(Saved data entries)
▼▼▼
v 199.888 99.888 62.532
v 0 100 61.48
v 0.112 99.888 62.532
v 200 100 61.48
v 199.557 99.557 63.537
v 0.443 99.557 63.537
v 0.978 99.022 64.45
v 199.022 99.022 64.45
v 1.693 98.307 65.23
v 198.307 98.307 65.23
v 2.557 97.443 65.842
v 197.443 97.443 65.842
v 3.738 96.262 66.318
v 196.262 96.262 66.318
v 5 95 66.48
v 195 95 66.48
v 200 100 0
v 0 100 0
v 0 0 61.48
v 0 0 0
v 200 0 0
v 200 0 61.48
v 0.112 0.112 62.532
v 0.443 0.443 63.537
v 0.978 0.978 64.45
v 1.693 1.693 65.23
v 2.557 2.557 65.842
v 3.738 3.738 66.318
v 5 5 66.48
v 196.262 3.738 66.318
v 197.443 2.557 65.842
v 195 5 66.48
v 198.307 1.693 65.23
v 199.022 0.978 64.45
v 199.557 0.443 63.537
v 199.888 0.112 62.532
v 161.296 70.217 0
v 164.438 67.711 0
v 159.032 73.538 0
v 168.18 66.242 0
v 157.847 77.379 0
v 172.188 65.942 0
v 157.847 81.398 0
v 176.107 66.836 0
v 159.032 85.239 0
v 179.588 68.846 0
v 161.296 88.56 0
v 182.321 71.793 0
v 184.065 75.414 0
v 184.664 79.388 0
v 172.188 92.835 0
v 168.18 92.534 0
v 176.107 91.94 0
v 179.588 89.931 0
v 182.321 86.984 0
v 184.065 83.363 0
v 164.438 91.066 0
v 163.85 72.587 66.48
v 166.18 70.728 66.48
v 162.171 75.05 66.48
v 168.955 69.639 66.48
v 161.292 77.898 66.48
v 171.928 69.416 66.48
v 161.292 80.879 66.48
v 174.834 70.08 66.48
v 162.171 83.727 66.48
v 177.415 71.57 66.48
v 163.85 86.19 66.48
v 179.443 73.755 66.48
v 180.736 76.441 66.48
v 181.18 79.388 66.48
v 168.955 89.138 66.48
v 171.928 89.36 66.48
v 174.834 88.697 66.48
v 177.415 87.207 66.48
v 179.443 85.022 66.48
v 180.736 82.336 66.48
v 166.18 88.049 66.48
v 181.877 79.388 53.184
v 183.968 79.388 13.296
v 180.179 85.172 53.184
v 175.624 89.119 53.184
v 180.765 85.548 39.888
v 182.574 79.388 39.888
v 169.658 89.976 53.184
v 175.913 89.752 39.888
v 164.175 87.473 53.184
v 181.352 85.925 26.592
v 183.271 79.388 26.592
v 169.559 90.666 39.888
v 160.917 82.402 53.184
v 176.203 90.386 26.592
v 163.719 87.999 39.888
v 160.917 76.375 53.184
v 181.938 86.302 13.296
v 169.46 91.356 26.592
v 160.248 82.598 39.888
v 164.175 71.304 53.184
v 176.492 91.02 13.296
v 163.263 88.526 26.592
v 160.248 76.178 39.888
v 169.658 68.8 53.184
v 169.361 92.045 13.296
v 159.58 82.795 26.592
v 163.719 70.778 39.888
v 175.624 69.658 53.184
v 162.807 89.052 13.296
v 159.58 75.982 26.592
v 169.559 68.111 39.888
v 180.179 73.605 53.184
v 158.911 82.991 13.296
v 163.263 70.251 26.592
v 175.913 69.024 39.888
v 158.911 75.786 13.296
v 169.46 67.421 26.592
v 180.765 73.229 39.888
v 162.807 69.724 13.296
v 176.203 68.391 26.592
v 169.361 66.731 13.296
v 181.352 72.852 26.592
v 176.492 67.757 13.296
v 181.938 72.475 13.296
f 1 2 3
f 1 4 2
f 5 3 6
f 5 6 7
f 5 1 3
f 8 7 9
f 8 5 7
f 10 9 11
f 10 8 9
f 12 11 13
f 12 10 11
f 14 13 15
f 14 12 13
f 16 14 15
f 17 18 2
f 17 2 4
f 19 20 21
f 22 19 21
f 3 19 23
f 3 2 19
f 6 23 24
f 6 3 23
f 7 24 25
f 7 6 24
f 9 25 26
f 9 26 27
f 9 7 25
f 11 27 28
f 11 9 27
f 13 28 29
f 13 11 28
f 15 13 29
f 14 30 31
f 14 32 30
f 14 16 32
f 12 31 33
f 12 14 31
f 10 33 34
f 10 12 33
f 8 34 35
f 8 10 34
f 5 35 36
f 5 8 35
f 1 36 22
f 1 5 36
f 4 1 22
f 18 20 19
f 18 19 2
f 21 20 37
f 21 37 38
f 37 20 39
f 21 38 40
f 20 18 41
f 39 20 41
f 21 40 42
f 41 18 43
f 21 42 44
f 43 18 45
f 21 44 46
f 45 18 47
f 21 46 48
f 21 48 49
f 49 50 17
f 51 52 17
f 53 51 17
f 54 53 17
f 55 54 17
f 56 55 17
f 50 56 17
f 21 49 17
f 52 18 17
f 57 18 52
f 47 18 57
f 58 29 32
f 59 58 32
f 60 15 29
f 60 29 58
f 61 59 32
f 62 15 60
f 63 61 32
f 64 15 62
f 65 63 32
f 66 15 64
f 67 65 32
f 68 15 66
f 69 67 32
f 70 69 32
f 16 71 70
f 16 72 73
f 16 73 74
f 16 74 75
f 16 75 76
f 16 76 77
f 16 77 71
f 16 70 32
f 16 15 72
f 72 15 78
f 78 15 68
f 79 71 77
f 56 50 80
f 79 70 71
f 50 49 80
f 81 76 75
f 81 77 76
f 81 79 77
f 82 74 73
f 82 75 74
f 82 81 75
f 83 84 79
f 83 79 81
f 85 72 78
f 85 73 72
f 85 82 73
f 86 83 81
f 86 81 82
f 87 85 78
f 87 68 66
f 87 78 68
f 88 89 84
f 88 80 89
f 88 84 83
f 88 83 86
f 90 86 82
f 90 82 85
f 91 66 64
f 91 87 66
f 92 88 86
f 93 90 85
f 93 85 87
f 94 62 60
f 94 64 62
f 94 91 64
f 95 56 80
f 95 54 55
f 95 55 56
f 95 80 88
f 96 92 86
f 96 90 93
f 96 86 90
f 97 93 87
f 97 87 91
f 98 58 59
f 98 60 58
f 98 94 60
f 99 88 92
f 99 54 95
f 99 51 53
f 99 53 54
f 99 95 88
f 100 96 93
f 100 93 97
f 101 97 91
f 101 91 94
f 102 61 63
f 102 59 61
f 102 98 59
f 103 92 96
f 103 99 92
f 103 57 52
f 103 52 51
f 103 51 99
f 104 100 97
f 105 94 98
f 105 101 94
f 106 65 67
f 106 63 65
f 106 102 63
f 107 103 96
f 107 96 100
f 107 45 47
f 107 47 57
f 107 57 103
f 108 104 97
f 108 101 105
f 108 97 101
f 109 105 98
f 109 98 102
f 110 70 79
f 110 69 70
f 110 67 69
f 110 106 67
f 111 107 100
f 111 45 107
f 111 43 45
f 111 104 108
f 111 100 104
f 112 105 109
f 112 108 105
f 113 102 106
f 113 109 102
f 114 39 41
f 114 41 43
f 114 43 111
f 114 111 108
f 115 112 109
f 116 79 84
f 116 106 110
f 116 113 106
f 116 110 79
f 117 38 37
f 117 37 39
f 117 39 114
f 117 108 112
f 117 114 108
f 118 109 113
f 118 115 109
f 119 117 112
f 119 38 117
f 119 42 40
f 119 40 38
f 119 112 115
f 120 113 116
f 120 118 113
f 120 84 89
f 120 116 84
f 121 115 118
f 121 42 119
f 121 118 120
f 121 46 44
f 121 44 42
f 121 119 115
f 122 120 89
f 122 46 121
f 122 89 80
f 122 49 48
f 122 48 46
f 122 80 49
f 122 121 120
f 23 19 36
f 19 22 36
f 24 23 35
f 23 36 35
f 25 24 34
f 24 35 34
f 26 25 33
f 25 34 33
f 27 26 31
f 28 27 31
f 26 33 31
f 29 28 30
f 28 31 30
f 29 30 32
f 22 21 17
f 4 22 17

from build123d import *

# Parameters (mm, degrees)
F0_W     = 200
F0_H     = 100
F1_DEPTH = 66.47978
F2_R     = 10
F3_DEPTH = 66.48078
F3_TAPER = -3
F4_R     = 5


with BuildPart() as f1:
    # F0 (on Top) → F1 (new body)
    with BuildSketch(Plane.XY):
        with Locations((100, 50)):
            Rectangle(F0_W, F0_H)
    extrude(amount=F1_DEPTH)

    # F2 (on face) → F3 (cut, through all)
    with BuildSketch(Plane.XY.offset(66.47978)):
        with Locations((171.1803972721, 79.3884024024)):
            Circle(F2_R)
    extrude(amount=-F3_DEPTH, taper=F3_TAPER, mode=Mode.SUBTRACT)

    # F4
    f4_edges = [f1.edges().sort_by_distance(p)[0] for p in [
        (100, 100, 66.47978),
        (100, 0, 66.47978),
        (200, 50, 66.47978),
        (0, 50, 66.47978),
    ]]
    fillet(f4_edges, radius=F4_R)


solid = f1.part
▲▲▲
Work request → What is needed is an exact copy of the lines above, from the one containing "v 0.112 0.112 62.532" through the one containing "v 171.928 69.416 66.48", with nothing added.

Solved problem →
v 0.112 0.112 62.532
v 0.443 0.443 63.537
v 0.978 0.978 64.45
v 1.693 1.693 65.23
v 2.557 2.557 65.842
v 3.738 3.738 66.318
v 5 5 66.48
v 196.262 3.738 66.318
v 197.443 2.557 65.842
v 195 5 66.48
v 198.307 1.693 65.23
v 199.022 0.978 64.45
v 199.557 0.443 63.537
v 199.888 0.112 62.532
v 161.296 70.217 0
v 164.438 67.711 0
v 159.032 73.538 0
v 168.18 66.242 0
v 157.847 77.379 0
v 172.188 65.942 0
v 157.847 81.398 0
v 176.107 66.836 0
v 159.032 85.239 0
v 179.588 68.846 0
v 161.296 88.56 0
v 182.321 71.793 0
v 184.065 75.414 0
v 184.664 79.388 0
v 172.188 92.835 0
v 168.18 92.534 0
v 176.107 91.94 0
v 179.588 89.931 0
v 182.321 86.984 0
v 184.065 83.363 0
v 164.438 91.066 0
v 163.85 72.587 66.48
v 166.18 70.728 66.48
v 162.171 75.05 66.48
v 168.955 69.639 66.48
v 161.292 77.898 66.48
v 171.928 69.416 66.48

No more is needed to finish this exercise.